┌─ RECORDED DATA

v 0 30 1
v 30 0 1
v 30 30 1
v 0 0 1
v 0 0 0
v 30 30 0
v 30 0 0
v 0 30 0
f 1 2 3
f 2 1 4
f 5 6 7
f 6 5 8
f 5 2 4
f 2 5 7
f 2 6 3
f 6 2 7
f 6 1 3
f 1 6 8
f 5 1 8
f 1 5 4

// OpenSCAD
/**
 * A way to test the fit of nut and bolt print measurements
 *
 * 2019-09-03: costmo
 * https://github.com/appideasDOTcom/3dPrinterModels
 * https://appideas.com/blog
**/

// Render quality settings.
$fa = 3;
$fs = 0.2;

baseXDimension = 30;
baseYDimension = 30;
baseHeight = 1.0;

nutTrapHeight = 3;
nutTrapWidth = 1.6;


base();


module base()
{
    cube( [baseXDimension, baseYDimension, baseHeight] );
}

module m4()
{

}

module m5()
{

}

module makeText( input, fontSize, fontHeight )
{
	font = "monaco";

	linear_extrude( height = fontHeight, twist = 0, center = false )
	{
		text( input, font = font, size = (fontSize * 1) );
	}
}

└─

**PROBLEM DESCRIPTION**
Copy task. Give back the whole listing exactly as written.

**SOLUTION FOR THIS TASK**
v 0 30 1
v 30 0 1
v 30 30 1
v 0 0 1
v 0 0 0
v 30 30 0
v 30 0 0
v 0 30 0
f 1 2 3
f 2 1 4
f 5 6 7
f 6 5 8
f 5 2 4
f 2 5 7
f 2 6 3
f 6 2 7
f 6 1 3
f 1 6 8
f 5 1 8
f 1 5 4

// OpenSCAD
/**
 * A way to test the fit of nut and bolt print measurements
 *
 * 2019-09-03: costmo
 * https://github.com/appideasDOTcom/3dPrinterModels
 * https://appideas.com/blog
**/

// Render quality settings.
$fa = 3;
$fs = 0.2;

baseXDimension = 30;
baseYDimension = 30;
baseHeight = 1.0;

nutTrapHeight = 3;
nutTrapWidth = 1.6;


base();


module base()
{
    cube( [baseXDimension, baseYDimension, baseHeight] );
}

module m4()
{

}

module m5()
{

}

module makeText( input, fontSize, fontHeight )
{
	font = "monaco";

	linear_extrude( height = fontHeight, twist = 0, center = false )
	{
		text( input, font = font, size = (fontSize * 1) );
	}
}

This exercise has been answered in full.